- _Assignment_
Retype, word for word, each line between the lines holding "#108=AXIS2_PLACEMENT_3D('',#98,#66,#61);" and "#137=ORIENTED_EDGE('',*,*,#104,.F.);", inclusive, and leave the rest of the data alone.

- _Given records_
.....
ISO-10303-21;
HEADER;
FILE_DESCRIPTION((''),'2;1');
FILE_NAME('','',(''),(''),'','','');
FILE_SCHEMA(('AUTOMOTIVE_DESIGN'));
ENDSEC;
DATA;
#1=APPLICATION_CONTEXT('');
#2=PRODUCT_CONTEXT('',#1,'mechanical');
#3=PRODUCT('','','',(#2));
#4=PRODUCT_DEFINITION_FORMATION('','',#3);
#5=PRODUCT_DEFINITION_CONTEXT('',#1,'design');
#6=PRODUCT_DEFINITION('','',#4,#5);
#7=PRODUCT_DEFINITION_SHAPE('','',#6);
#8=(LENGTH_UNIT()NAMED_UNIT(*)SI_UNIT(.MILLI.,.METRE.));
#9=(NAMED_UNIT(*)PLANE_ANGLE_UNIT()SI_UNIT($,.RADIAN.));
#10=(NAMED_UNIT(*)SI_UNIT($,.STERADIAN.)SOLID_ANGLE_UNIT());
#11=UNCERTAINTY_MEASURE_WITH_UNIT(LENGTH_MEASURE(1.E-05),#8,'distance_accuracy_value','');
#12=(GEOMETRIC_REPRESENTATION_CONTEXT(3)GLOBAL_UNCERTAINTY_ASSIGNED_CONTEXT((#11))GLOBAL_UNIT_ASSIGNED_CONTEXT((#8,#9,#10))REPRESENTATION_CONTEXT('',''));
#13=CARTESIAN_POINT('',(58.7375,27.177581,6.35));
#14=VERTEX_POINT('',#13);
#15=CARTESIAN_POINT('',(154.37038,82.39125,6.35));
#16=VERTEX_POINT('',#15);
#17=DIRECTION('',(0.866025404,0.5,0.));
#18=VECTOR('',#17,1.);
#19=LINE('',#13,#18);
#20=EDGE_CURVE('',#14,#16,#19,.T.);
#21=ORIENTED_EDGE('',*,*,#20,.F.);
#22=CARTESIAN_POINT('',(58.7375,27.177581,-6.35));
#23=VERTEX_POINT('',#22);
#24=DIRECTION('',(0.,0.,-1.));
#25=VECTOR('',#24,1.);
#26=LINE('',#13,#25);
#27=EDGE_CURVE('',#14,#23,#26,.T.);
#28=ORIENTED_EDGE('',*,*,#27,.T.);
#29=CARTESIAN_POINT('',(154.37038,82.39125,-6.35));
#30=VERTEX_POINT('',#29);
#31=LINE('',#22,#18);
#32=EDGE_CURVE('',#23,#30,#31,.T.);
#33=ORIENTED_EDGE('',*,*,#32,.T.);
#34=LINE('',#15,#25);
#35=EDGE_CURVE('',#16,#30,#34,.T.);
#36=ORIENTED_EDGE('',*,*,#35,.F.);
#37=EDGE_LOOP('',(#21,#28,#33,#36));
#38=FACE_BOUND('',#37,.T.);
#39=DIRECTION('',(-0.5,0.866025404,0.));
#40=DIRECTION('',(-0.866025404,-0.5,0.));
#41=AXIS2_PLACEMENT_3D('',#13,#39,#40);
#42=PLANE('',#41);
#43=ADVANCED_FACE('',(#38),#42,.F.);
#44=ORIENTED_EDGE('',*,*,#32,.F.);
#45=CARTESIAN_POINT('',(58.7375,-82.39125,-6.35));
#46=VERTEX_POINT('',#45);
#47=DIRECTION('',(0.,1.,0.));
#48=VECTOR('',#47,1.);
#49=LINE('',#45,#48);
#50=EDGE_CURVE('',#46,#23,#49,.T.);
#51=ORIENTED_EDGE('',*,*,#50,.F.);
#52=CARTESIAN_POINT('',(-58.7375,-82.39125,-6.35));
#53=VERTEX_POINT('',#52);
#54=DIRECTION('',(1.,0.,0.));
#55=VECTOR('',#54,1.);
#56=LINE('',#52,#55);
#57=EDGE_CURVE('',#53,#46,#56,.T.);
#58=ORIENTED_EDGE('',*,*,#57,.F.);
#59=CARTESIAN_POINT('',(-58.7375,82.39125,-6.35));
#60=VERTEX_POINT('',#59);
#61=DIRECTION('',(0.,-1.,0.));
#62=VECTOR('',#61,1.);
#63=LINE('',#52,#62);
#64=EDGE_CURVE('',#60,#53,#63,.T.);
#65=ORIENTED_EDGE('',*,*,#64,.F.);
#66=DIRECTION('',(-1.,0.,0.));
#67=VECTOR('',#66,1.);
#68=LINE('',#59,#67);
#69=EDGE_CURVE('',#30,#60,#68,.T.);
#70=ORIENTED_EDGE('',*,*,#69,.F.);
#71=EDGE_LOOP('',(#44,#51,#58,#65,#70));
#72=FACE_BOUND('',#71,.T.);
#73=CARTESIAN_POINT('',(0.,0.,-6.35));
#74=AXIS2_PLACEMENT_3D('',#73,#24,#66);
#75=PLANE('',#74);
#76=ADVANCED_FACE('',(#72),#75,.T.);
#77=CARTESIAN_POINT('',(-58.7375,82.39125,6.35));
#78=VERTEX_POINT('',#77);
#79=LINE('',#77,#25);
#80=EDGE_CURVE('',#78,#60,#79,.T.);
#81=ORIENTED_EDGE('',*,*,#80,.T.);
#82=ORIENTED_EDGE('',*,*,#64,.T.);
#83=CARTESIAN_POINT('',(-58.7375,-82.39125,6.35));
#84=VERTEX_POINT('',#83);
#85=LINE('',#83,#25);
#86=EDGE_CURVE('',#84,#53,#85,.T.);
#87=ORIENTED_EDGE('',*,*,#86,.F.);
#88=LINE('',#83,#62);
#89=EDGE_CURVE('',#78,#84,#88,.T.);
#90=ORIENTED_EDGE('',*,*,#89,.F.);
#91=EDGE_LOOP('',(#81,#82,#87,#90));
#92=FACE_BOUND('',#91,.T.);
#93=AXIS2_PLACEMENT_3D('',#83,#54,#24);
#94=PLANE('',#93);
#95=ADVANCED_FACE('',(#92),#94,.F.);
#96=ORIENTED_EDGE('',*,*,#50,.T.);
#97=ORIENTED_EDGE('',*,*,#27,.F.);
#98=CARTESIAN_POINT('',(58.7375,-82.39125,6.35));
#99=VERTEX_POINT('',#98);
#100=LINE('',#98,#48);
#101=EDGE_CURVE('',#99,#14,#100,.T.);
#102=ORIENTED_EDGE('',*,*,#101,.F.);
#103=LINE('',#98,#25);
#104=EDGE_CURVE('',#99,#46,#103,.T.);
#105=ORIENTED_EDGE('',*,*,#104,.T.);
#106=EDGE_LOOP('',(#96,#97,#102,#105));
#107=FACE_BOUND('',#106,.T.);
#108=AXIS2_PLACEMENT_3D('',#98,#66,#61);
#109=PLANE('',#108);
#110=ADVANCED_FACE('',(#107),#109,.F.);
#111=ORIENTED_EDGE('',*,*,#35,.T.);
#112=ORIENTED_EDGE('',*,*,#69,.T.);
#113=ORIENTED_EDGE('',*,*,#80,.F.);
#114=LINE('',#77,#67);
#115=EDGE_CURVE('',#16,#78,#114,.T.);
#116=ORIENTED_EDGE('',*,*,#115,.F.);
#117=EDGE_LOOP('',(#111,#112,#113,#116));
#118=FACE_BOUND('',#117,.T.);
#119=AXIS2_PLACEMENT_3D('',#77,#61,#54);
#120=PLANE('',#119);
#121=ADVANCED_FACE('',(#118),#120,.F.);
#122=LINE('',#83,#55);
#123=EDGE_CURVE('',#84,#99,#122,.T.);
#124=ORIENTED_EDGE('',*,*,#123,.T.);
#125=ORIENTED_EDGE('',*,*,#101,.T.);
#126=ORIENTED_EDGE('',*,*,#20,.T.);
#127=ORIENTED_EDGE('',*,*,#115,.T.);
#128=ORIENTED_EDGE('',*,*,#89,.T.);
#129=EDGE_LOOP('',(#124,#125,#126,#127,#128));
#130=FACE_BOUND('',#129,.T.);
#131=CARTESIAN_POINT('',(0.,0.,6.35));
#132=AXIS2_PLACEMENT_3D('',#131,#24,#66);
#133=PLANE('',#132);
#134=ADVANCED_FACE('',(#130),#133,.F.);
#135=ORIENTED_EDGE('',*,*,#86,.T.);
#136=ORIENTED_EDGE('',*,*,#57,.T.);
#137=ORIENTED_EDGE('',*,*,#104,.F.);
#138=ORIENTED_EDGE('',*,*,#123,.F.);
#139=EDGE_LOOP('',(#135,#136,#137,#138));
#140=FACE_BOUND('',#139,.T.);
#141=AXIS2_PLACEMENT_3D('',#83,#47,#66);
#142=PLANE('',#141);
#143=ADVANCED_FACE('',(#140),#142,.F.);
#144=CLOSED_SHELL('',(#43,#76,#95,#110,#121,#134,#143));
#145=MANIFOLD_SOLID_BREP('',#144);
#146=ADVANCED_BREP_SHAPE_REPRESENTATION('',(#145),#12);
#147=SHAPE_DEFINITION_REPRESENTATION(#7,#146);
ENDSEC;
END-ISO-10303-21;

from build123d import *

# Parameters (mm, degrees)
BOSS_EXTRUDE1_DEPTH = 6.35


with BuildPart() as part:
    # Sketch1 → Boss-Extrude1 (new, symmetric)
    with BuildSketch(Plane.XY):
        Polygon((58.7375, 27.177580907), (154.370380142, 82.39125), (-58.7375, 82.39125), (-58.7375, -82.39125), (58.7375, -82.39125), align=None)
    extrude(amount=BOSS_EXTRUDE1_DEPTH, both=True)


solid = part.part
.....
- _Solution to this problem_
#108=AXIS2_PLACEMENT_3D('',#98,#66,#61);
#109=PLANE('',#108);
#110=ADVANCED_FACE('',(#107),#109,.F.);
#111=ORIENTED_EDGE('',*,*,#35,.T.);
#112=ORIENTED_EDGE('',*,*,#69,.T.);
#113=ORIENTED_EDGE('',*,*,#80,.F.);
#114=LINE('',#77,#67);
#115=EDGE_CURVE('',#16,#78,#114,.T.);
#116=ORIENTED_EDGE('',*,*,#115,.F.);
#117=EDGE_LOOP('',(#111,#112,#113,#116));
#118=FACE_BOUND('',#117,.T.);
#119=AXIS2_PLACEMENT_3D('',#77,#61,#54);
#120=PLANE('',#119);
#121=ADVANCED_FACE('',(#118),#120,.F.);
#122=LINE('',#83,#55);
#123=EDGE_CURVE('',#84,#99,#122,.T.);
#124=ORIENTED_EDGE('',*,*,#123,.T.);
#125=ORIENTED_EDGE('',*,*,#101,.T.);
#126=ORIENTED_EDGE('',*,*,#20,.T.);
#127=ORIENTED_EDGE('',*,*,#115,.T.);
#128=ORIENTED_EDGE('',*,*,#89,.T.);
#129=EDGE_LOOP('',(#124,#125,#126,#127,#128));
#130=FACE_BOUND('',#129,.T.);
#131=CARTESIAN_POINT('',(0.,0.,6.35));
#132=AXIS2_PLACEMENT_3D('',#131,#24,#66);
#133=PLANE('',#132);
#134=ADVANCED_FACE('',(#130),#133,.F.);
#135=ORIENTED_EDGE('',*,*,#86,.T.);
#136=ORIENTED_EDGE('',*,*,#57,.T.);
#137=ORIENTED_EDGE('',*,*,#104,.F.);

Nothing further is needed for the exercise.